If queue.poll() returns null then the queue is empty. A less naive approach is to create a separate thread and call queue.remove() which will block until there is something to remove.

Just remember that whilst Weak and Soft references are put in the queue after the object is finalised, Phantom references are put in the queue before. If for any reason you don’t poll the queue, the actual objects referenced by Phantom will not be finalised and you can incur in a OutOfMemory error.

Possible uses

Well, so now that we understand memory references better, what can we use them for?

Java documentation already suggests some uses for the references.

SoftReferences can be used to implement a cache that can grow without risking to crash your application. To do this you need to implement a Map interface in which values are stored wrapped inside a SoftReference. SoftReferences will keep the objects alive until there is memory available on the heap, but it will discard them before a OutOfMemoryError.

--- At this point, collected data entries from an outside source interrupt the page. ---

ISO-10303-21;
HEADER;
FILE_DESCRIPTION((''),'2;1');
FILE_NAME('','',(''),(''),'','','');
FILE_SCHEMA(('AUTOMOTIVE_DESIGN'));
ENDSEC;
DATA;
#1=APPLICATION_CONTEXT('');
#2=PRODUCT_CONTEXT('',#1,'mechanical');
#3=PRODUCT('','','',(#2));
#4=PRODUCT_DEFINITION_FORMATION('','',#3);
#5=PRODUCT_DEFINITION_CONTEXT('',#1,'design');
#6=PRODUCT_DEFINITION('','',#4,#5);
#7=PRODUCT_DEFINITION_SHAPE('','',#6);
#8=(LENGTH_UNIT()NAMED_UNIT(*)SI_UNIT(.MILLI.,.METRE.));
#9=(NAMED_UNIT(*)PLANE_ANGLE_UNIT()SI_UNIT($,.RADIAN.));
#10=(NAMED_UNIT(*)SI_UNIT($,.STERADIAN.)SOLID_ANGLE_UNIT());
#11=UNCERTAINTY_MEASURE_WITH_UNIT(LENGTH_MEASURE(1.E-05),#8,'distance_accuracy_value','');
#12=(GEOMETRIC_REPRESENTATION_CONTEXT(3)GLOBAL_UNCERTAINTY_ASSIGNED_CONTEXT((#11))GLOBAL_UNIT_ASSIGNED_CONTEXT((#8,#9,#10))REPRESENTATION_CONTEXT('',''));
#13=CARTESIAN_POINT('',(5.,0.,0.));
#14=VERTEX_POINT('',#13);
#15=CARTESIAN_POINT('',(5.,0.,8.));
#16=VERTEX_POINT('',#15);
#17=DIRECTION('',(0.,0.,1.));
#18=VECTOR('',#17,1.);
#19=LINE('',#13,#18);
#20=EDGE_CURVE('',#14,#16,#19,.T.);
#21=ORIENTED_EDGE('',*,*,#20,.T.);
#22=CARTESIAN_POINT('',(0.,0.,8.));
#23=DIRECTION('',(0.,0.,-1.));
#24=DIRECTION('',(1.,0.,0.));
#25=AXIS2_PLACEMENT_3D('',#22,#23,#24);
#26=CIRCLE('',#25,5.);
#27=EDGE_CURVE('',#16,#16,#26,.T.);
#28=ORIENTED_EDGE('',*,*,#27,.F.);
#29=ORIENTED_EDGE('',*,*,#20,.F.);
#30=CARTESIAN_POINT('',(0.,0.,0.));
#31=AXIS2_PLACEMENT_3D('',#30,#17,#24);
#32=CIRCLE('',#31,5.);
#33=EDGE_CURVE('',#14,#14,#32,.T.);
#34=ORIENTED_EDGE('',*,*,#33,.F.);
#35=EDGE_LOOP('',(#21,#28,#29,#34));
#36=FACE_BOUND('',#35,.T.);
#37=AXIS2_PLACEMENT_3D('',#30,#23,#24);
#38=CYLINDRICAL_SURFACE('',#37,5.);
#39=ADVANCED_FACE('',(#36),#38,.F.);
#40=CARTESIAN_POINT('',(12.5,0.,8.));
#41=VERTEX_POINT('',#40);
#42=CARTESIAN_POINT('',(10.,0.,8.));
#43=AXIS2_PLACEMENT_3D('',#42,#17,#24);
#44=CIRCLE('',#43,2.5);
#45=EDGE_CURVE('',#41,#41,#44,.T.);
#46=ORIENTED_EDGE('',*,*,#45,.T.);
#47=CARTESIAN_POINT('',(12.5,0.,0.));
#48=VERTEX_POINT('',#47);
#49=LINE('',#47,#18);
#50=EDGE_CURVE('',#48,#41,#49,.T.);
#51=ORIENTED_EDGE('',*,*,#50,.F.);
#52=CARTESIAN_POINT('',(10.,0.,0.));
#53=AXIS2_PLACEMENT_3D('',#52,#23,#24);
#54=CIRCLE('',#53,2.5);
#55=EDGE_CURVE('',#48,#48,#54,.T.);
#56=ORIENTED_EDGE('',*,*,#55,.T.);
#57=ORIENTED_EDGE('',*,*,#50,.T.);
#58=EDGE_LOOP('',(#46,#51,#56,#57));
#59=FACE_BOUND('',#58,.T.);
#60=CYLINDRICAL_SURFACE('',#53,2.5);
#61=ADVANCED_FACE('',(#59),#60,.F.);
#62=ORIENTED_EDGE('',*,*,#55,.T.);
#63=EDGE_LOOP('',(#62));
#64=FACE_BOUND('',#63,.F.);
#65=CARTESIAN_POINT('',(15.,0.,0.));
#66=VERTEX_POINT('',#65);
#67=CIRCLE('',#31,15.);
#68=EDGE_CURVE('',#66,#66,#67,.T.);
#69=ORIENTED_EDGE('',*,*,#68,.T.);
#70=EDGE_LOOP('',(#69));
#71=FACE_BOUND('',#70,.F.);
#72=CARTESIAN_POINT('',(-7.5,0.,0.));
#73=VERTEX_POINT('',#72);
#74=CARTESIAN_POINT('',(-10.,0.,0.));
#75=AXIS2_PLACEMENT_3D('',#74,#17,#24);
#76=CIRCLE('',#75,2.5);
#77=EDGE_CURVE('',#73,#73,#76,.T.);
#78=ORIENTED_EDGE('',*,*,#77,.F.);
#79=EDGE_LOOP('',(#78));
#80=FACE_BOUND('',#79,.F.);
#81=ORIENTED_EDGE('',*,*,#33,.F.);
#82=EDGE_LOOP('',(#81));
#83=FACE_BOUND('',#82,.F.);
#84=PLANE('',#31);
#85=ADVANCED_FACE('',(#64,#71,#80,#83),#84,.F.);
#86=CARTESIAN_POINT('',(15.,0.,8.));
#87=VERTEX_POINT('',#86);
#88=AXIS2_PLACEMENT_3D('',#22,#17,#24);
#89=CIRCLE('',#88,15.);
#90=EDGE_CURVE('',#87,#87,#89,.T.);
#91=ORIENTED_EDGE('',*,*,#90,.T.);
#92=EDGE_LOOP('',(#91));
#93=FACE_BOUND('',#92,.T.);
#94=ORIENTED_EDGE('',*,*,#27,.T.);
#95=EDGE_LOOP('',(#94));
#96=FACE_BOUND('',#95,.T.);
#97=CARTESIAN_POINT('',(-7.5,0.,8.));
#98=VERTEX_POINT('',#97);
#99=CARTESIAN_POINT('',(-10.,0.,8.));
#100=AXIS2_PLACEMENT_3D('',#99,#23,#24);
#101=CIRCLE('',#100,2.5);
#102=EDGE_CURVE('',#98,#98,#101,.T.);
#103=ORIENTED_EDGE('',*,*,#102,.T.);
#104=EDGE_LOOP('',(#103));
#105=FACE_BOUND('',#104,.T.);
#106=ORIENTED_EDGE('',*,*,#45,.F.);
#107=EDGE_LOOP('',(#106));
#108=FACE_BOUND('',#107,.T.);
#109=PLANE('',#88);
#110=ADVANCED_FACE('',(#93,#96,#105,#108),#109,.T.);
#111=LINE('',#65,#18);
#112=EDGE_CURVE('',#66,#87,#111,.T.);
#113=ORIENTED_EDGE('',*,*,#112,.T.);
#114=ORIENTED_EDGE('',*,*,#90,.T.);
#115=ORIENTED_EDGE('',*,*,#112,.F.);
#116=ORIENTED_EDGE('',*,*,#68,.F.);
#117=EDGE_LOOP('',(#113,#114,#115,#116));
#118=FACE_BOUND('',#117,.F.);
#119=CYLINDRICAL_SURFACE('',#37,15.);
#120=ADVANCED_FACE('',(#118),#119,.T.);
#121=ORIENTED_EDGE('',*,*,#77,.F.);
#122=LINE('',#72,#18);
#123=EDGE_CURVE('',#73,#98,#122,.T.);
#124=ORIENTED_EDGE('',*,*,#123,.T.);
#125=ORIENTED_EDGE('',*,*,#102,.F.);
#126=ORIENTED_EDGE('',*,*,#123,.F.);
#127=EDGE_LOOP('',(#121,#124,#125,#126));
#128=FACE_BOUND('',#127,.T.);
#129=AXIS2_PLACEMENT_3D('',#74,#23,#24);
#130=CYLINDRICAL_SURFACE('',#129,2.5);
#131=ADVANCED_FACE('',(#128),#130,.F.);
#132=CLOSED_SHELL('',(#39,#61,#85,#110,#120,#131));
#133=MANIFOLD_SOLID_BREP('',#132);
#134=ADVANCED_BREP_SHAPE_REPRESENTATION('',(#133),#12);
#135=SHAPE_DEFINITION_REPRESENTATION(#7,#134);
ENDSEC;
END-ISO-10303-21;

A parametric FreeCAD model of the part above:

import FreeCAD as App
import Part
import Sketcher

V = App.Vector
Q = App.Units.Quantity

doc = App.newDocument("Part")
body = doc.addObject("PartDesign::Body", "Body")

# Sketch on XY plane
sketch1 = doc.addObject("Sketcher::SketchObject", "Sketch")
body.addObject(sketch1)
sketch1.AttachmentSupport = (doc.XY_Plane, [""])
sketch1.MapMode = "FlatFace"
sketch1.addGeometry(Part.Circle(V(0, 0, 0), V(0, 0, 1), 15), False)
sketch1.addGeometry(Part.Circle(V(10, 0, 0), V(0, 0, 1), 2.5), False)
sketch1.addGeometry(Part.Circle(V(-10, 0, 0), V(0, 0, 1), 2.5), False)
sketch1.addGeometry(Part.Circle(V(0, 0, 0), V(0, 0, 1), 5), False)
sketch1.addConstraint(Sketcher.Constraint("Coincident", 0, 3, -1, 1))
sketch1.addConstraint(Sketcher.Constraint("Coincident", 3, 3, -1, 1))
sketch1.addConstraint(Sketcher.Constraint("Equal", 1, 2))
sketch1.addConstraint(Sketcher.Constraint("Symmetric", 1, 3, 2, 3, -1, 1))
sketch1.addConstraint(Sketcher.Constraint("PointOnObject", 1, 3, -1))
sketch1.addConstraint(Sketcher.Constraint("Diameter", 0, Q("30 mm")))
sketch1.addConstraint(Sketcher.Constraint("Diameter", 1, Q("5 mm")))
sketch1.addConstraint(Sketcher.Constraint("Diameter", 3, Q("10 mm")))
sketch1.addConstraint(Sketcher.Constraint("DistanceX", -1, 1, 1, 3, Q("10 mm")))
pad1 = doc.addObject("PartDesign::Pad", "Pad")
body.addObject(pad1)
pad1.Profile = sketch1
pad1.Length = 8

doc.recompute()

If you are interested there is an example in Guava to study. You need to keep in mind that filling almost all of memory can slow down your program so much that a cache hardly matters. It’s easy to verify this just running the program uncommenting the line that create SoftReference.

WeakReferences can be used, for example, to store some information related to an object until the object get finalised. To do this you can implement a Map in which the keys are wrapped in a WeakReference. As soon as GC will reclaim the key object, you can remove the value as well.

Of course it can be done also using some notification mechanism, but using GC will be more robust and efficient. As example you can look at java.util.WeakHashMap but it is not thread-safe.

PhantomReferences can be used to be notified when some object got out of scope to do some cleanup of resources. Remember that the object.finalize() method is not guaranteed to be called at the end of live of an object, so if you need to close files or free resources you can rely on Phantom. Since Phantom don’t have a link to the actual object, a typical pattern is to derive your own Reference type from Phantom and adding some info useful for the final free, for example filename.

@simonebordet suggested me another use for Phantom (or Weak) references: to verify memory leaks. You can look at Jetty LeakDetector class as an example.

Playing around with this small program I also verified that WeakReference are sensibly faster than ShadowReference. In a project I am working on, I added a WeakReference to some critical resources for each request and then I added a monitor info to verify they are actually freed in a reasonable time after the request is expired.

I learned a lot writing this and I hope you this post can be useful to other people as well. Next blog post would continue the analysis of memory allocation and performance comparing Java CMS and G1 Garbage Collectors.